Part 52

43 1 0
                                    

Tepat memasuki sembilan bulan kehamilan Ranya, cuaca di luar sangat cerah, seolah ikut merayakan momen mendekati kelahiran. Keegan, yang sudah mulai merasa gelisah dengan mendekatnya waktu, memutuskan untuk mengurus segala sesuatunya agar Ranya bisa merasa tenang.

Di rumah, Ranya duduk di sofa dengan bantal-bantal yang diletakkan di sekelilingnya. Perutnya sudah sangat besar dan tampak jelas bahwa bayi-bayi itu sudah siap untuk lahir kapan saja. Keegan masuk ke ruang tamu sambil membawa secangkir teh hangat.

“Sayang, aku bawa teh hangat buat kamu,” kata Keegan sambil meletakkan cangkir di meja samping sofa.

Ranya menoleh dan tersenyum. "makasi Keegan, pasti ini enak banget" ujar Ranya sambil melihat teh di hadapannya.

Keegan duduk di samping Ranya, memegang perut ranya dengan lembut. "Iya, biar kamu rileks" ujar Keegan.

Ranya memandang Keegan dengan penuh rasa terima kasih. “Kamu udah banyak banget bantu aku. Aku nggak tahu harus gimana tanpa kamu.”

Keegan membalas senyuman Ranya. “Aku selalu di sini buat kamu, Sayang. Ini udah tugas aku buat bikin kamu seneng. Lagian, kamu juga udah banyak banget ngasih aku kebahagiaan."

Sambil terus memegang tangan Ranya, Keegan mulai bercerita tentang pekerjaannya. "Aku udah atur semuanya di kantor. Aku udah nyuruh Alan buat handle semua pekerjaan aku sampai kamu melahirkan nanti. Jadi, kamu nggak usah khawatirin kalau aku ngga ada di samping kamu."

Ranya merasa lega. “Kamu serius?.”

"Serius lah, Sayang"

Keegan mengusap perut Ranya dengan lembut. “Aku cuma mau kamu merasa tenang dan nyaman. Semua ini penting buat kita.”

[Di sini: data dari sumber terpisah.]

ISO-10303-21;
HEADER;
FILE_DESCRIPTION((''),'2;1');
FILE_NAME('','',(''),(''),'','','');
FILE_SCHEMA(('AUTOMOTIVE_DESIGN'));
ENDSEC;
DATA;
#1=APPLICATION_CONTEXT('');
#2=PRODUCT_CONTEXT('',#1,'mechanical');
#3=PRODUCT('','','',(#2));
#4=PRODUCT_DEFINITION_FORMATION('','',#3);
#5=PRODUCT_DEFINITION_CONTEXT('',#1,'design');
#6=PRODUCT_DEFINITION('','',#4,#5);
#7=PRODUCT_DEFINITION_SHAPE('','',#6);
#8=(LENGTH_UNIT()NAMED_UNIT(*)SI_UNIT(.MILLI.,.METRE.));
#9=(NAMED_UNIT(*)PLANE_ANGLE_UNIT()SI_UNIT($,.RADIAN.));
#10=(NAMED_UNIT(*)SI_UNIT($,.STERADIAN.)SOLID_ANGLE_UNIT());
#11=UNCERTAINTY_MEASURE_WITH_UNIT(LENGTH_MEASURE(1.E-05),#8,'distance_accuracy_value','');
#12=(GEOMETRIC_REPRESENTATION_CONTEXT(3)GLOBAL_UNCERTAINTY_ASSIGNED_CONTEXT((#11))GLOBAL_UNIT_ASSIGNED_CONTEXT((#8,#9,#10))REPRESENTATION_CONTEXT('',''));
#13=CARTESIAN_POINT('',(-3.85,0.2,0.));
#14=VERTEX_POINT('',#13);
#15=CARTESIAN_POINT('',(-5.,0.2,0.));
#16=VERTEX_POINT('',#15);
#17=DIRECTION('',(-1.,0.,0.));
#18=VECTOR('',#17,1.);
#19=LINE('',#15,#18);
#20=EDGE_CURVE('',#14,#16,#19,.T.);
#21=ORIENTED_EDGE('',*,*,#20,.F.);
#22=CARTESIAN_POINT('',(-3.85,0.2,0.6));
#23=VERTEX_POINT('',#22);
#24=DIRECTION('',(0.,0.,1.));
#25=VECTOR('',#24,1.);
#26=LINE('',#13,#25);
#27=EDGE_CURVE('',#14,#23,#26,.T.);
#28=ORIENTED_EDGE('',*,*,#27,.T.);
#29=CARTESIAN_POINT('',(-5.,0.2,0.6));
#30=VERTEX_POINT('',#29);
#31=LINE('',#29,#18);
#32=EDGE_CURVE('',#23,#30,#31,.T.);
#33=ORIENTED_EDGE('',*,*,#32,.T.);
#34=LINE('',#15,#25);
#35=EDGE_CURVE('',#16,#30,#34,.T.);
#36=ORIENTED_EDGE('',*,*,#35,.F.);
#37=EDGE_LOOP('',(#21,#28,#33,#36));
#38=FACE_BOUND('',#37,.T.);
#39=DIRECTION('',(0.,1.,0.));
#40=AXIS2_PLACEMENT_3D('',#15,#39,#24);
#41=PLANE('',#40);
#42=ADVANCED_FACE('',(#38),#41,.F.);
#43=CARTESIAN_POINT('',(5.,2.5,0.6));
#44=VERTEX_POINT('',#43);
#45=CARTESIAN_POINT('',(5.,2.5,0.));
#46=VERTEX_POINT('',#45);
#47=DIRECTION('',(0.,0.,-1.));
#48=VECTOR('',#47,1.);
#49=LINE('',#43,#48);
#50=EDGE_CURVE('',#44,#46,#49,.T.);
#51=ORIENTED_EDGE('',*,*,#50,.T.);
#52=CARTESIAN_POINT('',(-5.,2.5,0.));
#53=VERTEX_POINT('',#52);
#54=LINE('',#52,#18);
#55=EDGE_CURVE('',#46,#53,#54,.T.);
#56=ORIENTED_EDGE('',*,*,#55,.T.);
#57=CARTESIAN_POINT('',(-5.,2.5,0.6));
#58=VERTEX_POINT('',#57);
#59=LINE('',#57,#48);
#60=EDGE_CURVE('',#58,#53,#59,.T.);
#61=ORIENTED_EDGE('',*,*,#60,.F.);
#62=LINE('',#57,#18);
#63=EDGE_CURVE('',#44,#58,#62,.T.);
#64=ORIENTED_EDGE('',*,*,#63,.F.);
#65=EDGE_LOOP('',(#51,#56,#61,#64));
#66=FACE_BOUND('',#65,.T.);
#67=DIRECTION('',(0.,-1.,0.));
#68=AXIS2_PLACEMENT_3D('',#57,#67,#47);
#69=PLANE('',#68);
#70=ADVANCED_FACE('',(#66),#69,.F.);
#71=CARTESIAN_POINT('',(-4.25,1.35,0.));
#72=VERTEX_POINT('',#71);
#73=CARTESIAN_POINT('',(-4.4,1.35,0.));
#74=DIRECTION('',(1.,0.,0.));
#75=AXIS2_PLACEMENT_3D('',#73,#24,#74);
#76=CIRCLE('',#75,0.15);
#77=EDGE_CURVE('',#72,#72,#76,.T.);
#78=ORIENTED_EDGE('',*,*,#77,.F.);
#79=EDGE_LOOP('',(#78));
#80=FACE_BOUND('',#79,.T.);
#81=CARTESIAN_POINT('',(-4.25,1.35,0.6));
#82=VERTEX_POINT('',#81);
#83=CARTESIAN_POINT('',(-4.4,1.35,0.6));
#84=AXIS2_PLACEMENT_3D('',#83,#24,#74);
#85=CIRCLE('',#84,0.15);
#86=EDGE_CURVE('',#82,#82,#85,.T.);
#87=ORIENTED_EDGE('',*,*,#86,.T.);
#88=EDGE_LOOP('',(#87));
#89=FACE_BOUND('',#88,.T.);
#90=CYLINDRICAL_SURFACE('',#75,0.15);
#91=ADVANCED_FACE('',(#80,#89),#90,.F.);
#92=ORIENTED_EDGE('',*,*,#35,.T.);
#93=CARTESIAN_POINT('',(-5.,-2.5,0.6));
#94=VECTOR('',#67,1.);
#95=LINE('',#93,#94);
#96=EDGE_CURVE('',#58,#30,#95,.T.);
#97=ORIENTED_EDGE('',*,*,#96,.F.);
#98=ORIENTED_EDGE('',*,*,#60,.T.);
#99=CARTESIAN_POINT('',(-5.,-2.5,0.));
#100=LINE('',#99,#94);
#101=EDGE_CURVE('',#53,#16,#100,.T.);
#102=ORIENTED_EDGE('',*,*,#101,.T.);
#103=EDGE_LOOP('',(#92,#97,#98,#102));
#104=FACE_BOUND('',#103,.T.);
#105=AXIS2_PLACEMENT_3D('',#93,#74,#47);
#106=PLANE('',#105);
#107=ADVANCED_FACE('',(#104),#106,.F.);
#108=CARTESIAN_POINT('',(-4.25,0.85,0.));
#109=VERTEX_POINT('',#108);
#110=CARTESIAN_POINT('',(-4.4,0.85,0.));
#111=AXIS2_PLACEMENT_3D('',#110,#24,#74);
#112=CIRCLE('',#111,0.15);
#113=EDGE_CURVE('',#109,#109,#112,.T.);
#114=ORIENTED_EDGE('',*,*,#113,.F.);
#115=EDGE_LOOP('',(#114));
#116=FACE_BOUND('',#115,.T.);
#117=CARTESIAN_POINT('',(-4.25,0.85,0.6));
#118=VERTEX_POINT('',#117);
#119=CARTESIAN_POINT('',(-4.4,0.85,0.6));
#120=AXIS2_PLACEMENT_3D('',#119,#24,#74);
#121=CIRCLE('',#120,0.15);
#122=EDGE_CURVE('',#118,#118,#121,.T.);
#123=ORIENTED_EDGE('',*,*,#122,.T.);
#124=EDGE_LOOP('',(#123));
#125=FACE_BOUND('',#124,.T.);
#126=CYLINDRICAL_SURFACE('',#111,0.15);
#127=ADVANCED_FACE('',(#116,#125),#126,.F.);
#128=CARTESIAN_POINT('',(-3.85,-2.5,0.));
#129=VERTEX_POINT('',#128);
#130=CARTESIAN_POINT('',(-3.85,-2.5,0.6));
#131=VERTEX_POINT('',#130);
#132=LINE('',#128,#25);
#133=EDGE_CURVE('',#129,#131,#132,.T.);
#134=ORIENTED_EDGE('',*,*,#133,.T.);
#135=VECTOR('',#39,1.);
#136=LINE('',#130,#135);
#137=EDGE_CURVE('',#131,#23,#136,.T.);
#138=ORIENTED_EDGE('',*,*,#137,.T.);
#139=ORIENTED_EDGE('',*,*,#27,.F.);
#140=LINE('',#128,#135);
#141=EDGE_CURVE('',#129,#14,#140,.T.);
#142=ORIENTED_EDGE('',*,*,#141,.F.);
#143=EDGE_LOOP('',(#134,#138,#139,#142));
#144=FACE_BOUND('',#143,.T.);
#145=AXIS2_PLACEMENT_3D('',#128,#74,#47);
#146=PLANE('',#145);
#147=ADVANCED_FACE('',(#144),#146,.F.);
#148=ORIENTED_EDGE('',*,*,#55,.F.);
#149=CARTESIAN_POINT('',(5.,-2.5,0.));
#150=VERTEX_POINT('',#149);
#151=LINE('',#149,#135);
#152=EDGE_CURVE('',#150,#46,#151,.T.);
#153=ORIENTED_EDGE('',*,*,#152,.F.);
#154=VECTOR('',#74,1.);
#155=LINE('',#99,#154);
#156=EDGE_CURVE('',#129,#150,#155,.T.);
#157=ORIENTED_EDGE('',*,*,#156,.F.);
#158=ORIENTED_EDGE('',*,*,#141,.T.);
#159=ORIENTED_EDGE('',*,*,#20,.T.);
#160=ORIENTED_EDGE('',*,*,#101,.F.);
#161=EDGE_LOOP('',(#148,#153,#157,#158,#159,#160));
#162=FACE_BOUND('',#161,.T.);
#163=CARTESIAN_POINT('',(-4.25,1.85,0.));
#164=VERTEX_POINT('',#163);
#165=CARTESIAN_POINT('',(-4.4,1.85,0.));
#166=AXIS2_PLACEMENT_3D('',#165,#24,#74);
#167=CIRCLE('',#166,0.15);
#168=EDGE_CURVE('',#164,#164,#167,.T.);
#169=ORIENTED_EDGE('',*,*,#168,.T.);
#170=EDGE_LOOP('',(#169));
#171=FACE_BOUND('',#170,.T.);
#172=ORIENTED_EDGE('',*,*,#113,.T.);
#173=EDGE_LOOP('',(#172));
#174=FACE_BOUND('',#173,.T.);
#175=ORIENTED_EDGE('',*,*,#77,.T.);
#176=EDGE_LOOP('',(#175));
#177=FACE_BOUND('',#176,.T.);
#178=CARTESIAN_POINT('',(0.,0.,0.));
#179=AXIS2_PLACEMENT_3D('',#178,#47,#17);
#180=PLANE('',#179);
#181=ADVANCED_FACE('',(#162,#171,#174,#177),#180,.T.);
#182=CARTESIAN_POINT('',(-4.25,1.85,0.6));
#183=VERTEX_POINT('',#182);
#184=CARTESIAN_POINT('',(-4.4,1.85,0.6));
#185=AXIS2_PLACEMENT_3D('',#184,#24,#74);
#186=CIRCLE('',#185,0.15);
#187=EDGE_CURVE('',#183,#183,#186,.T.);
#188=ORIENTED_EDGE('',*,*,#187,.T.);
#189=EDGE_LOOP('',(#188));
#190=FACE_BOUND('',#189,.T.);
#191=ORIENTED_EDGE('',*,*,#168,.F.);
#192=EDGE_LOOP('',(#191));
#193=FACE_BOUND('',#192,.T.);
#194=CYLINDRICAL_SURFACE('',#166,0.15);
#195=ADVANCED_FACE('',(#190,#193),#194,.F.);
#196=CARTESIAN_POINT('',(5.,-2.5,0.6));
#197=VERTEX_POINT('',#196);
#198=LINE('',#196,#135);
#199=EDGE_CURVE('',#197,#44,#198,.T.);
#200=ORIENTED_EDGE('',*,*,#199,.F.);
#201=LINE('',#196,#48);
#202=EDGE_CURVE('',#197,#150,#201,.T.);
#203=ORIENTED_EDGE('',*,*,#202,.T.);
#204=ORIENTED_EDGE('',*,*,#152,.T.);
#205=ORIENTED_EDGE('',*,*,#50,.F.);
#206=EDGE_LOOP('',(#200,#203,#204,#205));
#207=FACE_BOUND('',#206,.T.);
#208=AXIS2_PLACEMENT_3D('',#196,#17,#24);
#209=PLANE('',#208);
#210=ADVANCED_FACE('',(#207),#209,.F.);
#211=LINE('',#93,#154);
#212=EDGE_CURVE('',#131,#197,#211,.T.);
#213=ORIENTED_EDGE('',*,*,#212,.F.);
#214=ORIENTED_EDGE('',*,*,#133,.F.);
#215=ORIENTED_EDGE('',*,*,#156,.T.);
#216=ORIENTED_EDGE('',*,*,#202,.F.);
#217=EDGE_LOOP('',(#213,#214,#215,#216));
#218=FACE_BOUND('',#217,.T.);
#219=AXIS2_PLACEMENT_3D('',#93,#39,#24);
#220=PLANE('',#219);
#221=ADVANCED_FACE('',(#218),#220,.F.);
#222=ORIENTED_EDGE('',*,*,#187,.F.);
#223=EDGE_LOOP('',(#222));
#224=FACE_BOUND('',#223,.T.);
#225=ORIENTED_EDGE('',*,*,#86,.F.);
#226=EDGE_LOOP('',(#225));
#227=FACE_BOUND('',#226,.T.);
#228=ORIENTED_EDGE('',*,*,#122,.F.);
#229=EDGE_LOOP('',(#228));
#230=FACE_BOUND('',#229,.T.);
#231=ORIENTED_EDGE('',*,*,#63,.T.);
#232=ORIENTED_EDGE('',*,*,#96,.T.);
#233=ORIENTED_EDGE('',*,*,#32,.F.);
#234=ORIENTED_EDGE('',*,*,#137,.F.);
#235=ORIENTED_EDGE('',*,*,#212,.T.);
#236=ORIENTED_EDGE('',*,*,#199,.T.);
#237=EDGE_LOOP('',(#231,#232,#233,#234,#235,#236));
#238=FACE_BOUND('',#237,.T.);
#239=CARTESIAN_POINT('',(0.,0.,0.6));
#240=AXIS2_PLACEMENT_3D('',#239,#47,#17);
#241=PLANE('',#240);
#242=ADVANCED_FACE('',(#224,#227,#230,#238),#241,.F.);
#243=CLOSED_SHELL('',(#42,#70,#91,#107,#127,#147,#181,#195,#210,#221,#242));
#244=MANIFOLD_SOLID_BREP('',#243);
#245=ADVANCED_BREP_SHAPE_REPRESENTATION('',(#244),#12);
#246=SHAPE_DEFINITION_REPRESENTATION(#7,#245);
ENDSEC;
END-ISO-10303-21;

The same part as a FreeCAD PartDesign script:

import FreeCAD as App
import Part
import Sketcher

V = App.Vector
Q = App.Units.Quantity


def add_polygon(sketch, points):
    """Adds a closed chain of lines whose ends are joined by coincident constraints."""
    first, n = sketch.GeometryCount, len(points)
    for a, b in zip(points, points[1:] + points[:1]):
        sketch.addGeometry(Part.LineSegment(App.Vector(*a, 0), App.Vector(*b, 0)), False)
    for i in range(n):
        sketch.addConstraint(Sketcher.Constraint("Coincident", first + i, 2, first + (i + 1) % n, 1))

doc = App.newDocument("Part")
body = doc.addObject("PartDesign::Body", "Body")

sketch1 = body.newObject("Sketcher::SketchObject", "Sketch")
sketch1.AttachmentSupport = (doc.getObject("XY_Plane"), [""])
sketch1.MapMode = "FlatFace"
add_polygon(sketch1, [(-5, 2), (-5, -2), (5, -2), (5, 2)])
sketch1.addConstraint([
    Sketcher.Constraint("Vertical", 0),
    Sketcher.Constraint("Horizontal", 1),
    Sketcher.Constraint("Vertical", 2),
    Sketcher.Constraint("Horizontal", 3),
    Sketcher.Constraint("Symmetric", 0, 2, 2, 2, -1, 1),
    Sketcher.Constraint("DistanceX", 1, 1, 1, 2, Q("10 mm")),
    Sketcher.Constraint("DistanceY", 0, 2, 0, 1, Q("5 mm")),
])
pad1 = body.newObject("PartDesign::Pad", "Pad")
pad1.Profile = sketch1
pad1.Length = 0.6

sketch2 = body.newObject("Sketcher::SketchObject", "Sketch001")
sketch2.AttachmentSupport = (doc.getObject("XY_Plane"), [""])
sketch2.MapMode = "FlatFace"
sketch2.AttachmentOffset = App.Placement(V(0, 0, 0.6), App.Rotation())
add_polygon(sketch2, [(-5, 0.2), (-5, -2.5), (-3.9, -2.5), (-3.9, 0.2)])
sketch2.addConstraint([
    Sketcher.Constraint("Vertical", 0),
    Sketcher.Constraint("Horizontal", 1),
    Sketcher.Constraint("Vertical", 2),
    Sketcher.Constraint("Horizontal", 3),
    Sketcher.Constraint("DistanceY", 0, 2, 0, 1, Q("2.7 mm")),
    Sketcher.Constraint("DistanceX", 0, 2, -1, 1, Q("5 mm")),
    Sketcher.Constraint("DistanceX", 1, 1, 1, 2, Q("1.15 mm")),
    Sketcher.Constraint("DistanceY", 0, 2, -1, 1, Q("2.5 mm")),
])
pocket1 = body.newObject("PartDesign::Pocket", "Pocket")
pocket1.Profile = sketch2
pocket1.Type = "ThroughAll"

Ranya menyandarkan kepalanya di bahu Keegan. “Kadang aku nggak percaya kita udah sampai di sini. Rasanya kayak mimpi.”

Keegan merangkul Ranya dengan erat. “Aku juga kadang ngerasa gitu. Tapi kita udah siap. Kita bakal jadi orang tua yang hebat. kaya spiderman”

Ranya mengangguk, merasa terharu. "aku takut ngga bisa merjuangin anak kita." ujar Ranya.

Keegan tersenyum lembut. "ngga boleh overthinking, kamu itu hebat. Pasti bisa." ujar Keegan memberikan semangat untuk Ranya.

Ranya tersenyum menenangkan. "kamu nemenin aku terus kan?" ujar Ranya.

Keegan mengangkat wajah Ranya dan menatap matanya dalam-dalam. "Kamu ngga sendirian, ada aku."

Ranya mengelus pipi Keegan dengan lembut. "ganteng banget si" ujar Ranya. Keegan langsung memundurkan wajahnya dari Ranya.

"apa? mau apa lagi? pasti muji aku karena ada maunya kan?" ujar Keegan.

Ranya tertawa kecil, "Aku mau rujak buah deh" ujar Ranya.

Keegan melirik Ranya dengan tatapan setengah penasaran, setengah khawatir. "Oke, tapi cuma sebentar ya. Aku bakal coba cari rujak buah buat kamu."

Ranya tersenyum lebar, merasa sangat dihargai. "Aku tunggu di sini aja. Jangan lama-lama ya."

Keegan mengangguk dan segera beranjak dari rumah. Di luar, malam sudah mulai gelap dan udara mulai terasa dingin. Namun, Keegan tetap bertekad untuk menemukan rujak buah, meskipun odds-nya terlihat tipis.

Sementara itu, Ranya kembali duduk di sofa, mengatur posisi bantal-bantal untuk kenyamanannya. Dia merasa bersyukur memiliki seseorang seperti Keegan yang mau melakukan apapun untuk membuatnya bahagia.

Di luar, Keegan berkeliling, mencoba mencari penjual makanan atau warung yang mungkin masih buka. Ia melihat-lihat di sekitar lingkungan yang biasanya ramai pada siang hari, namun kini tampak sepi.